■ YOUR ASSIGNMENT ■
Take the lines below beginning at the line that has "v -9.239 -3.827 3" and stopping after the line that has "v 7.73 -6.344 3", and print them exactly as they are, with no other lines.

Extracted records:
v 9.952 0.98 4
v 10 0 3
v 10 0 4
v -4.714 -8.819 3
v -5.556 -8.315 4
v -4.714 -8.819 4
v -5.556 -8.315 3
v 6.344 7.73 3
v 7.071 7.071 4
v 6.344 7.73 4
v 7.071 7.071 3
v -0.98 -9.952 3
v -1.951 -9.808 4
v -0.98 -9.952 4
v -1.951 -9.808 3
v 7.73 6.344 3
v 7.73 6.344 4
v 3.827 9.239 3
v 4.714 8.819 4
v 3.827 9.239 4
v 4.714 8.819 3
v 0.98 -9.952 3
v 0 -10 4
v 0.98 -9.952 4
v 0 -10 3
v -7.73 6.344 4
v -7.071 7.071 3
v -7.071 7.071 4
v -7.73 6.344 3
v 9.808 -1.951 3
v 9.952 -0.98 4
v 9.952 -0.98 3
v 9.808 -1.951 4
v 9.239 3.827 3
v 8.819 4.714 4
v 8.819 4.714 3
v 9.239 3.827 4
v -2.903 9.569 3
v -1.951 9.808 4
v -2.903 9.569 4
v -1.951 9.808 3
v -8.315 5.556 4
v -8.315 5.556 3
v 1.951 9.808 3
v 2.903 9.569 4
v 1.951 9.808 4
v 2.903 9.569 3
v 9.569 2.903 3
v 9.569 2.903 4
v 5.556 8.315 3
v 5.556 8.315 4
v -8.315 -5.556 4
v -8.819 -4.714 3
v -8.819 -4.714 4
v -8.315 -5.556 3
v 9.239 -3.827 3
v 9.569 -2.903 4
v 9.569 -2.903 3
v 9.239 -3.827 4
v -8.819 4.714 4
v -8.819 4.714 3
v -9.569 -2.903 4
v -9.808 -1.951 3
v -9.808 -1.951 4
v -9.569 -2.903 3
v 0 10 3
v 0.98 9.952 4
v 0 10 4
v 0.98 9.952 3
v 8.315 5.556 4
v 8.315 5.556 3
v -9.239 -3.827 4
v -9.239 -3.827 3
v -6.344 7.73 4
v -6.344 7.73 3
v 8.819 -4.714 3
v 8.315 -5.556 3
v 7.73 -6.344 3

* * *

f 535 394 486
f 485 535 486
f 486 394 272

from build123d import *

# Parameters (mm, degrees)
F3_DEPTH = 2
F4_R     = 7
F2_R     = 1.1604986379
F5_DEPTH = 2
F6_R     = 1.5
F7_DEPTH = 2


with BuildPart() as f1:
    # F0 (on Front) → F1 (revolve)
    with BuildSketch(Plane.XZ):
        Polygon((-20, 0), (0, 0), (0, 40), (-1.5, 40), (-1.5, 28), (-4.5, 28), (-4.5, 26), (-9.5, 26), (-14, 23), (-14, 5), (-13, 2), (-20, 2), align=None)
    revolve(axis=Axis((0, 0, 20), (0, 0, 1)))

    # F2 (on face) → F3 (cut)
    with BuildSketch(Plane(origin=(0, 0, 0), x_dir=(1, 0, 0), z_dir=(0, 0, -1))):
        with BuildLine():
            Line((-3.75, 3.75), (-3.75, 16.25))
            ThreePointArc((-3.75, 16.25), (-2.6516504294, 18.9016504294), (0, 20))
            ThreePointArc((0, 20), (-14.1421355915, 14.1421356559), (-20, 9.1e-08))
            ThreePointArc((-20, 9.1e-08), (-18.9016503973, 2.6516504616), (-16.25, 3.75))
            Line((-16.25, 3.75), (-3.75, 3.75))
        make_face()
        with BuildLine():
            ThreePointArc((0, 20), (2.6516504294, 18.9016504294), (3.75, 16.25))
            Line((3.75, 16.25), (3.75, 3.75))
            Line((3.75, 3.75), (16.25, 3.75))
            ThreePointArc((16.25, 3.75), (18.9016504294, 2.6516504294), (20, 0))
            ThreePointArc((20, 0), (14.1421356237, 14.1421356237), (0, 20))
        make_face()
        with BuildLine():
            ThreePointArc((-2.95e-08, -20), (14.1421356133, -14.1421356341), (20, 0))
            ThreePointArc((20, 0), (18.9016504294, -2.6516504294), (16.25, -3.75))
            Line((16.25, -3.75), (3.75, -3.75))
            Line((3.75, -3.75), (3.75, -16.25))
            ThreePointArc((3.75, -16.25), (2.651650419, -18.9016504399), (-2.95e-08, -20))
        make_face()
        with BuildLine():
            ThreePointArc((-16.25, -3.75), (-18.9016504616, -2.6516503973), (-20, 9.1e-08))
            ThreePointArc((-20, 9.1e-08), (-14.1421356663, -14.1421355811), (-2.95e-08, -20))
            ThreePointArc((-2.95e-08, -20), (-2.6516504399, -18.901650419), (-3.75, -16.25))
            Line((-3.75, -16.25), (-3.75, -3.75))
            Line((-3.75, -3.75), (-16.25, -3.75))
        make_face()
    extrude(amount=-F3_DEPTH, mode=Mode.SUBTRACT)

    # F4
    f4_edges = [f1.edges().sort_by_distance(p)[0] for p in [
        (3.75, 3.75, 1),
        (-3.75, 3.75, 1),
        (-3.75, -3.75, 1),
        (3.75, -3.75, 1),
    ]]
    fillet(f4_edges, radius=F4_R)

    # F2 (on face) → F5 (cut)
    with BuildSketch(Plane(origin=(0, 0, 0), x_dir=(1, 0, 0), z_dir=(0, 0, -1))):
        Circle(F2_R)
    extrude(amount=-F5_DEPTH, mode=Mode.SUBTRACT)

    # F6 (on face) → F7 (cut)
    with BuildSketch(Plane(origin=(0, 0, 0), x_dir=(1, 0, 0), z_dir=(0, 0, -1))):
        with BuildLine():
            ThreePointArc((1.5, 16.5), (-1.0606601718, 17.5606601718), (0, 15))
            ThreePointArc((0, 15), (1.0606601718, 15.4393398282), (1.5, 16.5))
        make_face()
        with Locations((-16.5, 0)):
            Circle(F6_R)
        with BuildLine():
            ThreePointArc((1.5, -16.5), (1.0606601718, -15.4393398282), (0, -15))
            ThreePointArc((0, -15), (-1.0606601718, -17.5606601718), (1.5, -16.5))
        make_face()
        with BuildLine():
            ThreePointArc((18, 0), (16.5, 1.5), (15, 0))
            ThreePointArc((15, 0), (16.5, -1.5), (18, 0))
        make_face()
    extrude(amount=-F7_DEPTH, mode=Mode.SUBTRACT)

--

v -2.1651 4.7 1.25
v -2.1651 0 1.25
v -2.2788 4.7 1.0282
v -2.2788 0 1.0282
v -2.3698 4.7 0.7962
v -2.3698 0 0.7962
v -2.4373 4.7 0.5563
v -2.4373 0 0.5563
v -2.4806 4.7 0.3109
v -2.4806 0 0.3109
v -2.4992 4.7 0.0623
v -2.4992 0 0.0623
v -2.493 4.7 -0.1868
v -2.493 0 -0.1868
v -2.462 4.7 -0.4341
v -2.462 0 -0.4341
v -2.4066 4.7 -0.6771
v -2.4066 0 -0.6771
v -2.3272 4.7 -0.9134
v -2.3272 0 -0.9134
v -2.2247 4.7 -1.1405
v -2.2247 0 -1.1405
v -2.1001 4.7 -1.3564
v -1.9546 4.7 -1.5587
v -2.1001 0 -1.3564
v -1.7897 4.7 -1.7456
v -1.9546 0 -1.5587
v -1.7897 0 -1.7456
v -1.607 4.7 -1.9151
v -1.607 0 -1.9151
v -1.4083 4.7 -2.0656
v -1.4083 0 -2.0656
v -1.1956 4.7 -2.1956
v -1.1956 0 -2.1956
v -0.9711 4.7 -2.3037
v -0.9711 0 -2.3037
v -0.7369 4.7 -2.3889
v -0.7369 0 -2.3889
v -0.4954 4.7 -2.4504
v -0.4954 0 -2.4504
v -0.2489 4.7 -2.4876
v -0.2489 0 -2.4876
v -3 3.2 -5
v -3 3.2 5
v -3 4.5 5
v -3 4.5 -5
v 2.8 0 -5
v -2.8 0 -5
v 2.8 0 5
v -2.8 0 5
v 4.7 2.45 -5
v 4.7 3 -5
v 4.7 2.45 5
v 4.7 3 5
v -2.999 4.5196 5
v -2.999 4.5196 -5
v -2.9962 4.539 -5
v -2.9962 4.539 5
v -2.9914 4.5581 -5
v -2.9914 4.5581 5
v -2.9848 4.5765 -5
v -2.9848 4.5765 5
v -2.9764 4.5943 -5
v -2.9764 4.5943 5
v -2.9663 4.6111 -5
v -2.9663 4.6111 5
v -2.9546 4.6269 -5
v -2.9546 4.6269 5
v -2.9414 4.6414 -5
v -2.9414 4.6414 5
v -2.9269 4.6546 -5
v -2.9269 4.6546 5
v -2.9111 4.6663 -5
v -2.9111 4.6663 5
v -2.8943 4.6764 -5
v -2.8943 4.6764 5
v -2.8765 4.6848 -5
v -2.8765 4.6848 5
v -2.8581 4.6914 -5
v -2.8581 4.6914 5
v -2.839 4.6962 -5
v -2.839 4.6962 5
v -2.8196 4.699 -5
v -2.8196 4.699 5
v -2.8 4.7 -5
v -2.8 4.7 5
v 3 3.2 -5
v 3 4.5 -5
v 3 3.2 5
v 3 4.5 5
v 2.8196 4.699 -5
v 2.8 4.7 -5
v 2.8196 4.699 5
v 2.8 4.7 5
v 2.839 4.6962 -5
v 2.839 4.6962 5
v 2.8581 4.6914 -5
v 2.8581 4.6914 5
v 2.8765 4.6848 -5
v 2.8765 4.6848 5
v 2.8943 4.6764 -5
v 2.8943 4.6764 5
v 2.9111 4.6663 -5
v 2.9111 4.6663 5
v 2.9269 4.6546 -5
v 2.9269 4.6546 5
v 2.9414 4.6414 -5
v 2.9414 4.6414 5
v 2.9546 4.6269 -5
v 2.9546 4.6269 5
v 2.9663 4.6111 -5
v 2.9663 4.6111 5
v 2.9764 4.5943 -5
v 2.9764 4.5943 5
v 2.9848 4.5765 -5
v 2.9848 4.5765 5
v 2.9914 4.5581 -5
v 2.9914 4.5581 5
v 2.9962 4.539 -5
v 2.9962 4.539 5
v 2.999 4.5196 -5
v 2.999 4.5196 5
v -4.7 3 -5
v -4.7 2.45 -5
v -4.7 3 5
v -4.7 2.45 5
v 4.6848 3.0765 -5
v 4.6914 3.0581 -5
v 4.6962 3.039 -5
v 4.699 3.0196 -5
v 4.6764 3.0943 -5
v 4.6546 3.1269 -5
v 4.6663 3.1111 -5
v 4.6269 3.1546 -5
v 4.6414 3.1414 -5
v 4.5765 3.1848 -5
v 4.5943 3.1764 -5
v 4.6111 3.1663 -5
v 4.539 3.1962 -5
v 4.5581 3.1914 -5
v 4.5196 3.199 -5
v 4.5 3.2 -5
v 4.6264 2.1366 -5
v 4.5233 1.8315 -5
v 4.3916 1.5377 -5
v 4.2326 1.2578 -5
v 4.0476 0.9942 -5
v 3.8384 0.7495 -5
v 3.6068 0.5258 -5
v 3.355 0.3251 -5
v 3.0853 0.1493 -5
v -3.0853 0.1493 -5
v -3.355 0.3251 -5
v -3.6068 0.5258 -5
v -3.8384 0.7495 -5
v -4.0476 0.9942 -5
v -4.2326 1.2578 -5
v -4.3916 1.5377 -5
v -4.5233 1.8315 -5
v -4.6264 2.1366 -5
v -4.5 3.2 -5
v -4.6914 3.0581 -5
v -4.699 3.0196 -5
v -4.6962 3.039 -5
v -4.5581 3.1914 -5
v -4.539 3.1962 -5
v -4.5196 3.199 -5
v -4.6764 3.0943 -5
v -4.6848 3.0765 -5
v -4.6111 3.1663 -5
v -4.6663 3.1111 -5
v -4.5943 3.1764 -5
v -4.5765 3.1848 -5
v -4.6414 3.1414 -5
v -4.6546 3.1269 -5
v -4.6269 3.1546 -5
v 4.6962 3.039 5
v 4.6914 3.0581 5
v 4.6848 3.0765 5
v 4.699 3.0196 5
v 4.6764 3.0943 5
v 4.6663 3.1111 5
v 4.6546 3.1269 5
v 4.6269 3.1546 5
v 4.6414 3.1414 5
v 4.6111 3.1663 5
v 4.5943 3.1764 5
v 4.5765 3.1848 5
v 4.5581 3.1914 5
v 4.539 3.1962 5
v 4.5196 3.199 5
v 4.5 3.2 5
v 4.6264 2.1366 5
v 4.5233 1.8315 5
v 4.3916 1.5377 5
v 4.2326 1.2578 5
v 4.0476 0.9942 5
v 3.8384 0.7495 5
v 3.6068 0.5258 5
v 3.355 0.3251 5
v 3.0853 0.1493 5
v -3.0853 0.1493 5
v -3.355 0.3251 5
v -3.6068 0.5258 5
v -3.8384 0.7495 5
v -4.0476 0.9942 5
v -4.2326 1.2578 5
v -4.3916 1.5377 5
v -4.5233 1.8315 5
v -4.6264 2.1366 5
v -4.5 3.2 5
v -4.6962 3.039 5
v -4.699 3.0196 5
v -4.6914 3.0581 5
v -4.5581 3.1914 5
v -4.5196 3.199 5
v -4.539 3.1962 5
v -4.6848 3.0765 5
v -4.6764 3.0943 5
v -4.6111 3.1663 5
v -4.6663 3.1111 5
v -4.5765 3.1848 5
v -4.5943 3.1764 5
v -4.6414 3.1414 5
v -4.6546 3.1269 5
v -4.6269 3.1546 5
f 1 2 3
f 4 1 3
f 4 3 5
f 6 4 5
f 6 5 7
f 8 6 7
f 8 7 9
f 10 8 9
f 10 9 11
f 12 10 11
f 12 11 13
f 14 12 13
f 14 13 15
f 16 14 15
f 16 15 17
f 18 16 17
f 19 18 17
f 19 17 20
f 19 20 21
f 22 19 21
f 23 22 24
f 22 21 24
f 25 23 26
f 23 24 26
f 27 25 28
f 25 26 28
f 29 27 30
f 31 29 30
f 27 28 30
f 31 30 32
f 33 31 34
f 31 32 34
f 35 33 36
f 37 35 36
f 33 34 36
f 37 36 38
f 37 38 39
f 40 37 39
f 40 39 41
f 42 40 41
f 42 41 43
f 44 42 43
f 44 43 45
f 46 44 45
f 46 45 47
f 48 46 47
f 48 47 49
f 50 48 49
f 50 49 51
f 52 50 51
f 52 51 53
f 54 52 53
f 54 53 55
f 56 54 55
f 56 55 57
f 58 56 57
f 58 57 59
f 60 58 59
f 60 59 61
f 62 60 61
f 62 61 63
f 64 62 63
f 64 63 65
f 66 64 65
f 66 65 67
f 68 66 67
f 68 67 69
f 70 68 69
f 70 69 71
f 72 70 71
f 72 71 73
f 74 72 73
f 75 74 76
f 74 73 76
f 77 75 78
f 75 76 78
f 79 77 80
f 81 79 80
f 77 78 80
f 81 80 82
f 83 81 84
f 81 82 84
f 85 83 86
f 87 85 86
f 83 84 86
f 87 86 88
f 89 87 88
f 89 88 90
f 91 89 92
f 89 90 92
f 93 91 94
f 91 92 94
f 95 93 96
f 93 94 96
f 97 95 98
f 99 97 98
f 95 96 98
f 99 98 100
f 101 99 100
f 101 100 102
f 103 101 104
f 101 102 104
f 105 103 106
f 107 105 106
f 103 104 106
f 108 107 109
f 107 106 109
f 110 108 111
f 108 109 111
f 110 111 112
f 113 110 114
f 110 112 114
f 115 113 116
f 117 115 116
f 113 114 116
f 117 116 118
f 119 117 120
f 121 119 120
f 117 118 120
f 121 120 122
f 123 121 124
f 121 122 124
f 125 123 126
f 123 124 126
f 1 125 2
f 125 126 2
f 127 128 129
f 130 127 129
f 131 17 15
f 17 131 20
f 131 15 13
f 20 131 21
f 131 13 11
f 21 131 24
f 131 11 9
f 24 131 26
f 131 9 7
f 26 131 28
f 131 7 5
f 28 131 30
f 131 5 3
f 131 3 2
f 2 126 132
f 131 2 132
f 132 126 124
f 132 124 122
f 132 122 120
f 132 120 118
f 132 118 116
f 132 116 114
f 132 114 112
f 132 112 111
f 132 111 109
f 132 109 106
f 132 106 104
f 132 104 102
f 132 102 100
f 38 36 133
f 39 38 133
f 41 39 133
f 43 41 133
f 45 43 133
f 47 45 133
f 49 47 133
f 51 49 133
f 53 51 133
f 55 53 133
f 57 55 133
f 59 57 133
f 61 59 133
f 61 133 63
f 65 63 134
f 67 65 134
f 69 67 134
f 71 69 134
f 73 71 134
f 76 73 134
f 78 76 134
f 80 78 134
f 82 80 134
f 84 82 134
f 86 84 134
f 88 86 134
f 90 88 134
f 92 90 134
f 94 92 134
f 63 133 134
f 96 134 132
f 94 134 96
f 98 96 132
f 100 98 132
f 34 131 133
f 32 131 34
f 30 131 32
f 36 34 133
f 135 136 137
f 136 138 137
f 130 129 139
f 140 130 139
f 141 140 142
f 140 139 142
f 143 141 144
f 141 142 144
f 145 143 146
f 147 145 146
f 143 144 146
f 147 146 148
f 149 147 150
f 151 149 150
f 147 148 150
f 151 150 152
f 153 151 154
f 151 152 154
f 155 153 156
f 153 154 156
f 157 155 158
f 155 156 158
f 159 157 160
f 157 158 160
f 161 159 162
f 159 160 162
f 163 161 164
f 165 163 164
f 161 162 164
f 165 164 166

■ TASK ANSWER ■
v -9.239 -3.827 3
v -6.344 7.73 4
v -6.344 7.73 3
v 8.819 -4.714 3
v 8.315 -5.556 3
v 7.73 -6.344 3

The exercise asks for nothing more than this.